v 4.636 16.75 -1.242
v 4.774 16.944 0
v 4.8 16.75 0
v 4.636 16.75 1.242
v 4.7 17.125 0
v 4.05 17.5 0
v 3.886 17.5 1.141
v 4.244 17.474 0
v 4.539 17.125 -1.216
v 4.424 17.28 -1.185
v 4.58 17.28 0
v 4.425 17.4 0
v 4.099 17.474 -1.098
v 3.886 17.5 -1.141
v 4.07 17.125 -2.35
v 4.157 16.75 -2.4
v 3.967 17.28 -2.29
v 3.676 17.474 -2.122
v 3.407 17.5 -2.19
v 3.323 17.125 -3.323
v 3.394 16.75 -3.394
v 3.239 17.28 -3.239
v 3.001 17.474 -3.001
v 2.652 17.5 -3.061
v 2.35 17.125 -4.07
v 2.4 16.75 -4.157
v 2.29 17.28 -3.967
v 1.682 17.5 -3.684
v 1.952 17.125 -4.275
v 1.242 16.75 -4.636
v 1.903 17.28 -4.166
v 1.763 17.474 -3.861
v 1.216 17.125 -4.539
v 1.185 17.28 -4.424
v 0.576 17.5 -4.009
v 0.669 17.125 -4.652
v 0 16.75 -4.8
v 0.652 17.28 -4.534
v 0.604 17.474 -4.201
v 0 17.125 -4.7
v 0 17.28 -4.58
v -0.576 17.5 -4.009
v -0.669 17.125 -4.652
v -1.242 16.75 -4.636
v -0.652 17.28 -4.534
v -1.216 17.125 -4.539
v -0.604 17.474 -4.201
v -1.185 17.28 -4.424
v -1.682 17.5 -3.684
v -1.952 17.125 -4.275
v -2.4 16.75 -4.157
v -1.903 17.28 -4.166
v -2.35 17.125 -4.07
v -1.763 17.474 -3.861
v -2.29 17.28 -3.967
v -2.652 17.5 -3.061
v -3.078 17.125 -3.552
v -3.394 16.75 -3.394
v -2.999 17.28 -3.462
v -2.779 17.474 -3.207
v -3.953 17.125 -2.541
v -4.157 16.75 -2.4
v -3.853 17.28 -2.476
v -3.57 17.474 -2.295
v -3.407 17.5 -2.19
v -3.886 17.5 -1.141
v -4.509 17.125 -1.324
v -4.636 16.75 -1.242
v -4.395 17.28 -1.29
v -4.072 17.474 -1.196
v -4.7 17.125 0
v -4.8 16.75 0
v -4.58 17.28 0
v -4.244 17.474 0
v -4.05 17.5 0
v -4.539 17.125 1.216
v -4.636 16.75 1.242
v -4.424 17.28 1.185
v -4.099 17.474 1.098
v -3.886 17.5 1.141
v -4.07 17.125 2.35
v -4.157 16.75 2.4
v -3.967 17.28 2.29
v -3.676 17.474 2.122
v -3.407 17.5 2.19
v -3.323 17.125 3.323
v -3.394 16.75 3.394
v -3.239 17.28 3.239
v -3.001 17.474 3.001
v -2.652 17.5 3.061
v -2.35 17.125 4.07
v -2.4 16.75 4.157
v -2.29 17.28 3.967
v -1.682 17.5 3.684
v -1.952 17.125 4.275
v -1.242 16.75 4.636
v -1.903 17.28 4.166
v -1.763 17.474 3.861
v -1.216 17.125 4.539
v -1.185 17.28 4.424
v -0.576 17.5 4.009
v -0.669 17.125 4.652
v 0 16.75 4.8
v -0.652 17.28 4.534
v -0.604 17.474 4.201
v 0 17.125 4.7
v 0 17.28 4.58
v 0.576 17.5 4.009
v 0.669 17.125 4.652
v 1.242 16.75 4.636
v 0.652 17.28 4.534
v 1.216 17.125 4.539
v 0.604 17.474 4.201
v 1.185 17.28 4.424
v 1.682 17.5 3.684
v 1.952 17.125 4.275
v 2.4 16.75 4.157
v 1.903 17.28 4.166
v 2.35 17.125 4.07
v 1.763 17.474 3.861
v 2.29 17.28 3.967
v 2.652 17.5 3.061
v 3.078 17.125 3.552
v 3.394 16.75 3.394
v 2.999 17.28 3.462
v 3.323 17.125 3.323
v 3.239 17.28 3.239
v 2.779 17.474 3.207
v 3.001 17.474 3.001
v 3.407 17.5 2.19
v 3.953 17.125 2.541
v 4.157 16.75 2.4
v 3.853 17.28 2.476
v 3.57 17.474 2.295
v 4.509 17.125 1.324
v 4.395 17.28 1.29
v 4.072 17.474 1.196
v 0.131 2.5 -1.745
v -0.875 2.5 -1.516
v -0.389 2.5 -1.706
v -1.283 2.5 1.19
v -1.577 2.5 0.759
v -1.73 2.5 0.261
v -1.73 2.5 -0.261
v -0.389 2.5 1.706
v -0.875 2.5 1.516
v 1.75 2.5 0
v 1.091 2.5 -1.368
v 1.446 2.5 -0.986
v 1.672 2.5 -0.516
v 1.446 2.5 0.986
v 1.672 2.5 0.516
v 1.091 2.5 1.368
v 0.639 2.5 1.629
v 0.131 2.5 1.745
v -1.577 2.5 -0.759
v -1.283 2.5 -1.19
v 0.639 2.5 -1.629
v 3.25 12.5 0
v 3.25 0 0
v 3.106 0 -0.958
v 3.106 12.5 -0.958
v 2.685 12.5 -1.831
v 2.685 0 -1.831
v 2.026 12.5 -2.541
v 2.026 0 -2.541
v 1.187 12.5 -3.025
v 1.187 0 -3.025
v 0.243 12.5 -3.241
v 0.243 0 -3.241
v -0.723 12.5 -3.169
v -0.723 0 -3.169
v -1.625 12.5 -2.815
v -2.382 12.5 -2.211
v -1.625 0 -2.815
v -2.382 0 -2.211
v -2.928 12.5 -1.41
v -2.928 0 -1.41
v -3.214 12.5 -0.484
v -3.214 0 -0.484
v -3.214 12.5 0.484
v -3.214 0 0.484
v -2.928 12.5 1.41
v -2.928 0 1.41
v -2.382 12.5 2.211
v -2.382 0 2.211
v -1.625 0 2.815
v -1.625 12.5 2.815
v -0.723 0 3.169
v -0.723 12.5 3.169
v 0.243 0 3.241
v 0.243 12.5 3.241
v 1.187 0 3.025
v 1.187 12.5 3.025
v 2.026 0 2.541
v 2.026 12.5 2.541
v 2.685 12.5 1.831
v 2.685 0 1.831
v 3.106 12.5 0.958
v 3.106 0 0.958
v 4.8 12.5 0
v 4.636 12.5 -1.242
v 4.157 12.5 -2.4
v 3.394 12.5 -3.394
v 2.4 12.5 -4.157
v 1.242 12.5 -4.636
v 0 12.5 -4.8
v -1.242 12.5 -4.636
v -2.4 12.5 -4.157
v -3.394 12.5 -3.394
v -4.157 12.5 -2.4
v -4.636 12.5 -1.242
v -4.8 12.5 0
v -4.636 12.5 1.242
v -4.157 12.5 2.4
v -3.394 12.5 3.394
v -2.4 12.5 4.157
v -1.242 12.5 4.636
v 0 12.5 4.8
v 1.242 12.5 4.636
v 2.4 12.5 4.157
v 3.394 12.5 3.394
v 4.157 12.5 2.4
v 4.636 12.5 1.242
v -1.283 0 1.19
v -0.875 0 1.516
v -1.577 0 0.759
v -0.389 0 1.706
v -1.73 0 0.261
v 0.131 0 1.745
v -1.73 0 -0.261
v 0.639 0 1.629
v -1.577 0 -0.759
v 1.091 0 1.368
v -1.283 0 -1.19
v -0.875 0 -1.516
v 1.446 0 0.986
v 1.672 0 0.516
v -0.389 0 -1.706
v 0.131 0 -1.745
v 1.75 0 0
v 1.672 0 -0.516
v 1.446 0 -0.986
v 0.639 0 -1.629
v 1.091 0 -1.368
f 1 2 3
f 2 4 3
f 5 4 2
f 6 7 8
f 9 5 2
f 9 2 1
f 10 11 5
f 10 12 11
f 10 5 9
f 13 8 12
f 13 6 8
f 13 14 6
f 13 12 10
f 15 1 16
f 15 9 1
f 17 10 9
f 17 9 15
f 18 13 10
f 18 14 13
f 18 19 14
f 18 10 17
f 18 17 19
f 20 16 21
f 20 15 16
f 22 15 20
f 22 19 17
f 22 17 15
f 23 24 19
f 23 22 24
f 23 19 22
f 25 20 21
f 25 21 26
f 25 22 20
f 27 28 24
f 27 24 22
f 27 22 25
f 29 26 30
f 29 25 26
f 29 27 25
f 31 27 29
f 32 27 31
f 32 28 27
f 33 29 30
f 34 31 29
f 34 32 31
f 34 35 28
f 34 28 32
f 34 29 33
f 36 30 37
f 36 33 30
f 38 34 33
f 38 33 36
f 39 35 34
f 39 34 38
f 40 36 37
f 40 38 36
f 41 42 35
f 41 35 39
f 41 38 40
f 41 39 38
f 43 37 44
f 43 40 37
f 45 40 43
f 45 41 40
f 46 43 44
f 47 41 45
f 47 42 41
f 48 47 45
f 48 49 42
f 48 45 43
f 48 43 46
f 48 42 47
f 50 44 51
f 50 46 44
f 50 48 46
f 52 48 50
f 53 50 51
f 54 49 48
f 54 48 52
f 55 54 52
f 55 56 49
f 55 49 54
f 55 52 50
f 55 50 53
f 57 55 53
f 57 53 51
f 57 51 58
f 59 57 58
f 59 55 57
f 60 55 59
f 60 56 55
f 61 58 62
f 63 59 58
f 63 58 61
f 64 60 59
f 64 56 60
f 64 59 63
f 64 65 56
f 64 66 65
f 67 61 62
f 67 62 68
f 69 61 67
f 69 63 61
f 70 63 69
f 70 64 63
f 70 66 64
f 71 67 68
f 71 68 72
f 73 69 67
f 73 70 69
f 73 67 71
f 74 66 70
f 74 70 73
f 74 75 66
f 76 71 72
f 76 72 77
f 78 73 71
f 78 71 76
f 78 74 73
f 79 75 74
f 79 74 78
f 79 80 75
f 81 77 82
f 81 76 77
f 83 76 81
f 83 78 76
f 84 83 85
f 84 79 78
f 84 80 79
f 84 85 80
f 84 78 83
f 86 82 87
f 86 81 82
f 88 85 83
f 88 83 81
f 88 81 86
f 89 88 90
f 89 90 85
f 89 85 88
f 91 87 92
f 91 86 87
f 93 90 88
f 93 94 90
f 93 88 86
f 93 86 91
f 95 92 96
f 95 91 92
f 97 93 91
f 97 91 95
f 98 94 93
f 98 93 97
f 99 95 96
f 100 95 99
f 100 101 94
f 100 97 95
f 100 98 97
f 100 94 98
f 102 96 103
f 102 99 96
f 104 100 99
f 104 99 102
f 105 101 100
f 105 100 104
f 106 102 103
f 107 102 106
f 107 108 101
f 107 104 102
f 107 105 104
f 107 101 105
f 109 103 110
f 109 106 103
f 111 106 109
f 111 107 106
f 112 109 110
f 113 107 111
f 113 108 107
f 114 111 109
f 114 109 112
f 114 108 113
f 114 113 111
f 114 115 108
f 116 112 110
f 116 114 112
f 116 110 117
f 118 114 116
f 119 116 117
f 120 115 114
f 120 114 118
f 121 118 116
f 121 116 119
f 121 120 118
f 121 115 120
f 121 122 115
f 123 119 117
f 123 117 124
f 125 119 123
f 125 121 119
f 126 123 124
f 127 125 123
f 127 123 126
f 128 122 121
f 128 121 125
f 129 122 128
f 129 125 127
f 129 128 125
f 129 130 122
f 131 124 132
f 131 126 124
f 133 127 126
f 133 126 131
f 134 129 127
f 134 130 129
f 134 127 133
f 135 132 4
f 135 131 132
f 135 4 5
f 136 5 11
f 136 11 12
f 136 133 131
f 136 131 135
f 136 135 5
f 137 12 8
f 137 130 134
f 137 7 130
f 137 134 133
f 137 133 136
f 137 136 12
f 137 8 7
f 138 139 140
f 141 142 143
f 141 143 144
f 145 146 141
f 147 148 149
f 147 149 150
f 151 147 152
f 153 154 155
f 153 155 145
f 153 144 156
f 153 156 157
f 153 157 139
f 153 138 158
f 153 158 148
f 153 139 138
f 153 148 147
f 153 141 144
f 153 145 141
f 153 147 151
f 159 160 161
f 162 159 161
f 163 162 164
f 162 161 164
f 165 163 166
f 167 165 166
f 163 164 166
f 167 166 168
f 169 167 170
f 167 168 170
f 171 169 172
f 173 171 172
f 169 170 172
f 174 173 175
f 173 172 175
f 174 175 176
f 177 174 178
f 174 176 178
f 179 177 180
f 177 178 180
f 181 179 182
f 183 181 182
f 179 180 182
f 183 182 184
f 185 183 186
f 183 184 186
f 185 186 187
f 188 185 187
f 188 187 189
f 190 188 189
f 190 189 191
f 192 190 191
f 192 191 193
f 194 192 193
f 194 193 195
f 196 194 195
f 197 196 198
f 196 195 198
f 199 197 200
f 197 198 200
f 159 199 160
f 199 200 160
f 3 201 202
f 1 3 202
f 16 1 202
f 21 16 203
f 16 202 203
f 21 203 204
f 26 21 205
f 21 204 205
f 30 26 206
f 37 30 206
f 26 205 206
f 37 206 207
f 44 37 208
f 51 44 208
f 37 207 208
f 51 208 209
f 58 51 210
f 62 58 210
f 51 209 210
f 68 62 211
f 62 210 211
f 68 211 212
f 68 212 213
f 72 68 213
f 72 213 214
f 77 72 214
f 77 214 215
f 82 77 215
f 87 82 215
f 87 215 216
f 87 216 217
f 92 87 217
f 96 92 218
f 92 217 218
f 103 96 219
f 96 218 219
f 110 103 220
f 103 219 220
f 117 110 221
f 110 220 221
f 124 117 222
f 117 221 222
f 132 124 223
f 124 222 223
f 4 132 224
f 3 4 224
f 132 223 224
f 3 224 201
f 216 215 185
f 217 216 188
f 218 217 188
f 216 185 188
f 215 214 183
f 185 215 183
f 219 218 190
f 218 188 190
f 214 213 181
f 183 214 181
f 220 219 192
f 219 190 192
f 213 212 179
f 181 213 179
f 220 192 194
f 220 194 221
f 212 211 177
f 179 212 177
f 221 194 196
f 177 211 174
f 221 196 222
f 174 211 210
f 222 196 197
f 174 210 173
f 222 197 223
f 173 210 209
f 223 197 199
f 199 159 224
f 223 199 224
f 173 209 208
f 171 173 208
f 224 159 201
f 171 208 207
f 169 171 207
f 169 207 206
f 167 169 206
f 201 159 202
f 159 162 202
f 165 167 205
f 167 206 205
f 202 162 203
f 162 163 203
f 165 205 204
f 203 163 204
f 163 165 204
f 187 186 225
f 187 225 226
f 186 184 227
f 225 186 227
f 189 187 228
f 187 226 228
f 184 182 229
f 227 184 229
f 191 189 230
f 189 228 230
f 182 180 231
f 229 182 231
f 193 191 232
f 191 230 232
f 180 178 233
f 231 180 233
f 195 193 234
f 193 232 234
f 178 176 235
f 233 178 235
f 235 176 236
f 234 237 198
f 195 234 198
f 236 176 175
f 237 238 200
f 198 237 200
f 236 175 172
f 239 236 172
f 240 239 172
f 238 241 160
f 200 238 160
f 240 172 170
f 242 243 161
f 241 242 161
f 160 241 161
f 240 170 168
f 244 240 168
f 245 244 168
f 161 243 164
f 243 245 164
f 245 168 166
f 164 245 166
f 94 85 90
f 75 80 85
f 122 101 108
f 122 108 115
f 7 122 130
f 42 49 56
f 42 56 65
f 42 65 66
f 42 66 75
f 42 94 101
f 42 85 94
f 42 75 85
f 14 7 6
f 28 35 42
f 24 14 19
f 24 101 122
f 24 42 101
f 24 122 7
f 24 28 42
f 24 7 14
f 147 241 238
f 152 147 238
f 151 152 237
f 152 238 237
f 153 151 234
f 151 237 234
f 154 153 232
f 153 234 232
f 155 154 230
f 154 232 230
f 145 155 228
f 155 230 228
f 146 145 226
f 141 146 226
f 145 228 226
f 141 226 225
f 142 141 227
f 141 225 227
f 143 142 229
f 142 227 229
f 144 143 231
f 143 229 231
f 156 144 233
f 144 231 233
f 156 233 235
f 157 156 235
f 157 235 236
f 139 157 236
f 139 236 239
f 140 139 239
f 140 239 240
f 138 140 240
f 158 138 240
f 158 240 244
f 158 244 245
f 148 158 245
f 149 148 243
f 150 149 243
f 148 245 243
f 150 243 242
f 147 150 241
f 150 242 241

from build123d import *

# Parameters (mm, degrees)
SKETCH1_R           = 3.25
BOSS_EXTRUDE1_DEPTH = 12.5
SKETCH2_R           = 1.75
CUT_EXTRUDE1_DEPTH  = 2.5
SKETCH6_R           = 4.8
BOSS_EXTRUDE2_DEPTH = 5
FILLET1_R           = 0.75


with BuildPart() as part:
    # Sketch1 → Boss-Extrude1 (new body)
    with BuildSketch(Plane(origin=(0, 0, 0), x_dir=(1, 0, 0), z_dir=(0, 1, 0))):
        Circle(SKETCH1_R)
    extrude(amount=BOSS_EXTRUDE1_DEPTH)

    # Sketch2 → Cut-Extrude1 (cut)
    with BuildSketch(Plane.XZ):
        Circle(SKETCH2_R)
    extrude(amount=-CUT_EXTRUDE1_DEPTH, mode=Mode.SUBTRACT)

    # Sketch6 → Boss-Extrude2 (add)
    with BuildSketch(Plane(origin=(0, 12.5, 0), x_dir=(1, 0, 0), z_dir=(0, 1, 0))):
        Circle(SKETCH6_R)
    extrude(amount=BOSS_EXTRUDE2_DEPTH)

    # Fillet1
    fillet1_edges = [part.edges().sort_by_distance(p)[0] for p in [
        (-4.8, 17.5, 0),
    ]]
    fillet(fillet1_edges, radius=FILLET1_R)


solid = part.part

▸ EXERCISE PROMPT: Take the lines from the first line of the listing up to and including the line with "v -3.407 17.5 -2.19" and give them again exactly.

▸ ANSWER SPACE:
v 4.636 16.75 -1.242
v 4.774 16.944 0
v 4.8 16.75 0
v 4.636 16.75 1.242
v 4.7 17.125 0
v 4.05 17.5 0
v 3.886 17.5 1.141
v 4.244 17.474 0
v 4.539 17.125 -1.216
v 4.424 17.28 -1.185
v 4.58 17.28 0
v 4.425 17.4 0
v 4.099 17.474 -1.098
v 3.886 17.5 -1.141
v 4.07 17.125 -2.35
v 4.157 16.75 -2.4
v 3.967 17.28 -2.29
v 3.676 17.474 -2.122
v 3.407 17.5 -2.19
v 3.323 17.125 -3.323
v 3.394 16.75 -3.394
v 3.239 17.28 -3.239
v 3.001 17.474 -3.001
v 2.652 17.5 -3.061
v 2.35 17.125 -4.07
v 2.4 16.75 -4.157
v 2.29 17.28 -3.967
v 1.682 17.5 -3.684
v 1.952 17.125 -4.275
v 1.242 16.75 -4.636
v 1.903 17.28 -4.166
v 1.763 17.474 -3.861
v 1.216 17.125 -4.539
v 1.185 17.28 -4.424
v 0.576 17.5 -4.009
v 0.669 17.125 -4.652
v 0 16.75 -4.8
v 0.652 17.28 -4.534
v 0.604 17.474 -4.201
v 0 17.125 -4.7
v 0 17.28 -4.58
v -0.576 17.5 -4.009
v -0.669 17.125 -4.652
v -1.242 16.75 -4.636
v -0.652 17.28 -4.534
v -1.216 17.125 -4.539
v -0.604 17.474 -4.201
v -1.185 17.28 -4.424
v -1.682 17.5 -3.684
v -1.952 17.125 -4.275
v -2.4 16.75 -4.157
v -1.903 17.28 -4.166
v -2.35 17.125 -4.07
v -1.763 17.474 -3.861
v -2.29 17.28 -3.967
v -2.652 17.5 -3.061
v -3.078 17.125 -3.552
v -3.394 16.75 -3.394
v -2.999 17.28 -3.462
v -2.779 17.474 -3.207
v -3.953 17.125 -2.541
v -4.157 16.75 -2.4
v -3.853 17.28 -2.476
v -3.57 17.474 -2.295
v -3.407 17.5 -2.19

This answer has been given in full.